Quick Carbohydrate Overview

Carbohydrates, as previous covered in An Athlete's Guide to Carbohydrates, are essential for an athlete’s performance. They are mandatory when trying to recover from the current day’s workout, and prepare for the next. Basic physiology tells us that carbohydrates are the easiest and fastest way for our body to create ATP.


Without carbohydrates, your body wouldn’t be able to reach intensities above 75% of your max heart rate. At high intensities your body is relying almost solely on carbohydrates since fat can’t produce ATP at a quick enough rate. Common sense tells you that if you can’t make enough ATP to maintain a certain intensity, you will run out of energy.

Quick Protein Overview

As we all know, protein is the building block of skeletal muscle, tendons, ligaments, bones and organs. When resistance training, you elicit a stress within your skeletal muscle, bones, tendons and ligaments. The stress of training  causes micro trauma within the tissue, which, if enough damage has occurred, will lead to soreness. No, the day after soreness is not caused by lactic acid that is still accumulated in your skeletal muscle. Your body is extremely efficient at clearing it.

The damage to the tissue, and the subsequent repair process, causes soreness. With physiology aside, the damage sets off a cascade of steps to rebuild and repair what has been damaged. The first thing your body does is to activate phagocytes to clear the dead or damaged cells. Immediately following phagocytosis, satelite cells are activated, and transform to fit the mold of the newly needed cells, or to repair those that have been damaged.

This whole process results in an increase in blood flow to the area, also known as edema, commonly known as swelling. Most people think swelling is a bad thing, which is understandable since swelling causes your body to sense pain. However, it is part of the healing process. (If you’re wondering why people love to use ice after workouts and take anti-inflammatories, then awesome - that means the wheels are turning and you’re thinking outside the box! That topic will be tackled in the next few weeks).

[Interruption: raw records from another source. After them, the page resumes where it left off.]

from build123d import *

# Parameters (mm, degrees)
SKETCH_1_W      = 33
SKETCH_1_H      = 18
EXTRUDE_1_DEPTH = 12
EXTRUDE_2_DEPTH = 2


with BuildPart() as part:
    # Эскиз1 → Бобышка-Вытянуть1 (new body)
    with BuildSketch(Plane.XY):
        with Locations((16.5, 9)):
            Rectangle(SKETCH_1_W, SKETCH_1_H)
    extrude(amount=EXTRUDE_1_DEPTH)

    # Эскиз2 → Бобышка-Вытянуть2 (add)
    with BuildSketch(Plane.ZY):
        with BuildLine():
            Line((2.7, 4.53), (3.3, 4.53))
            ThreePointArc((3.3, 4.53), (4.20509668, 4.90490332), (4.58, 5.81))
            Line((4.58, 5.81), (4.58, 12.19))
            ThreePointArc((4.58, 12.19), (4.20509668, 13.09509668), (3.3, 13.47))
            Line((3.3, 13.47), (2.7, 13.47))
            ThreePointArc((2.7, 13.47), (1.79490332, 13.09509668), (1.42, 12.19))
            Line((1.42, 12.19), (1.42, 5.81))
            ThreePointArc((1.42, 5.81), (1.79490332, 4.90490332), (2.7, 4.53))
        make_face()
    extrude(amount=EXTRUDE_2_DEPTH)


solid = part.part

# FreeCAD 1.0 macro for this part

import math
import FreeCAD as App
import Part
import Sketcher
from FreeCAD import Vector


def add_polygon(sketch, points):
    """Adds a closed chain of lines whose ends are joined by coincident constraints."""
    first, n = sketch.GeometryCount, len(points)
    for a, b in zip(points, points[1:] + points[:1]):
        sketch.addGeometry(Part.LineSegment(App.Vector(*a, 0), App.Vector(*b, 0)), False)
    for i in range(n):
        sketch.addConstraint(Sketcher.Constraint("Coincident", first + i, 2, first + (i + 1) % n, 1))

doc = App.newDocument("Part")
body = doc.addObject("PartDesign::Body", "Body")

sketch1 = doc.addObject("Sketcher::SketchObject", "Sketch")
body.addObject(sketch1)
sketch1.AttachmentSupport = (doc.XY_Plane, [""])
sketch1.MapMode = "FlatFace"
add_polygon(sketch1, [(0, 18), (0, 0), (33, 0), (33, 18)])
sketch1.addConstraint([
    Sketcher.Constraint("Vertical", 0),
    Sketcher.Constraint("Horizontal", 1),
    Sketcher.Constraint("Vertical", 2),
    Sketcher.Constraint("Horizontal", 3),
    Sketcher.Constraint("Coincident", 0, 2, -1, 1),
    Sketcher.Constraint("DistanceX", 1, 1, 1, 2, 33.0),
    Sketcher.Constraint("DistanceY", 0, 2, 0, 1, 18.0),
])
pad1 = doc.addObject("PartDesign::Pad", "Pad")
body.addObject(pad1)
pad1.Profile = sketch1
pad1.Length = 12

sketch2 = doc.addObject("Sketcher::SketchObject", "Sketch001")
body.addObject(sketch2)
sketch2.AttachmentSupport = (doc.YZ_Plane, [""])
sketch2.MapMode = "FlatFace"
sketch2.addGeometry([
    Part.LineSegment(Vector(4.53, 2.7, 0), Vector(4.53, 3.3, 0)),
    Part.ArcOfCircle(Part.Circle(Vector(5.81, 3.3, 0), Vector(0, 0, 1), 1.28), math.radians(90), math.radians(180)),
    Part.LineSegment(Vector(5.81, 4.58, 0), Vector(12.19, 4.58, 0)),
    Part.ArcOfCircle(Part.Circle(Vector(12.19, 3.3, 0), Vector(0, 0, 1), 1.28), math.radians(0), math.radians(90)),
    Part.LineSegment(Vector(13.47, 3.3, 0), Vector(13.47, 2.7, 0)),
    Part.ArcOfCircle(Part.Circle(Vector(12.19, 2.7, 0), Vector(0, 0, 1), 1.28), math.radians(-90), math.radians(0)),
    Part.LineSegment(Vector(12.19, 1.42, 0), Vector(5.81, 1.42, 0)),
    Part.ArcOfCircle(Part.Circle(Vector(5.81, 2.7, 0), Vector(0, 0, 1), 1.28), math.radians(180), math.radians(270)),
], False)
sketch2.addConstraint([
    Sketcher.Constraint("Tangent", 0, 2, 1, 2),
    Sketcher.Constraint("Tangent", 1, 1, 2, 1),
    Sketcher.Constraint("Tangent", 2, 2, 3, 2),
    Sketcher.Constraint("Tangent", 3, 1, 4, 1),
    Sketcher.Constraint("Tangent", 4, 2, 5, 2),
    Sketcher.Constraint("Tangent", 5, 1, 6, 1),
    Sketcher.Constraint("Tangent", 6, 2, 7, 2),
    Sketcher.Constraint("Tangent", 7, 1, 0, 1),
    Sketcher.Constraint("Vertical", 0),
    Sketcher.Constraint("Horizontal", 2),
    Sketcher.Constraint("Vertical", 4),
    Sketcher.Constraint("Horizontal", 6),
    Sketcher.Constraint("Equal", 1, 3),
    Sketcher.Constraint("Equal", 3, 5),
    Sketcher.Constraint("Equal", 5, 7),
    Sketcher.Constraint("Radius", 1, 1.28),
    Sketcher.Constraint("DistanceY", 0, 1, 0, 2, 0.6),
    Sketcher.Constraint("DistanceX", 2, 1, 2, 2, 6.38),
    Sketcher.Constraint("DistanceY", -1, 1, 1, 3, 3.3),
    Sketcher.Constraint("DistanceX", -1, 1, 1, 3, 5.81),
])
pad2 = doc.addObject("PartDesign::Pad", "Pad001")
body.addObject(pad2)
pad2.Profile = sketch2
pad2.Length = 2
pad2.Reversed = True

doc.recompute()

Ingesting a protein supplement comes into play for cell growth. Protein, as we've heard 1000 times, is built by Amino Acids, and AA's are the building block of skeletal muscle. In order for cell growth  to occur, there needs to be a high rate of protein synthesis. To accomplish this, the mTOR pathway needs to be activated my AMPk.

Amino acids don't stop there. They are used in many different pathways within the body, such as vision, digestion, absorbing nutrients, bone repair, etc.  


What Your Recovery Shakes Should Contain 

To properly recover from a training session, you must replace what you used. In other words, if you had a high intensity bout of training, where your heart rate is at, or above 85% of your max heart rate, you are primarily creating ATP from your body’s carbohydrate stores.

So, what is the best way to recover? Ingesting carbohydrates! Glycogen can only be replaced with carbohydrate. There is no way to create glycogen by consuming fat and protein. Ever wonder why you feel like doo-doo when you try one of those high fat/protein and low carb diets? That's why. 

If you were truly training at a high intensity, you caused stress and damage within your body. How do you begin to rebuild what has been damaged? Protein! So, if you are trying to be efficient with your time post-workout, you are going to want to consume something that has both carbohydrates and protein.

What The Research Suggests

Research conducted by Stegall et al. has looked at the differences between consuming a carbohydrate/protein mix in the form of chocolate milk, a pure carbohydrate recovery drink, and a placebo, which consisted of flavored water. The results showed chocolate milk more rapidly increased glycogen re-synthesis, reduced markers of muscle damage and inflammation, and resulted in a decrease in protein breakdown and an increase in protein synthesis via the mTor pathway.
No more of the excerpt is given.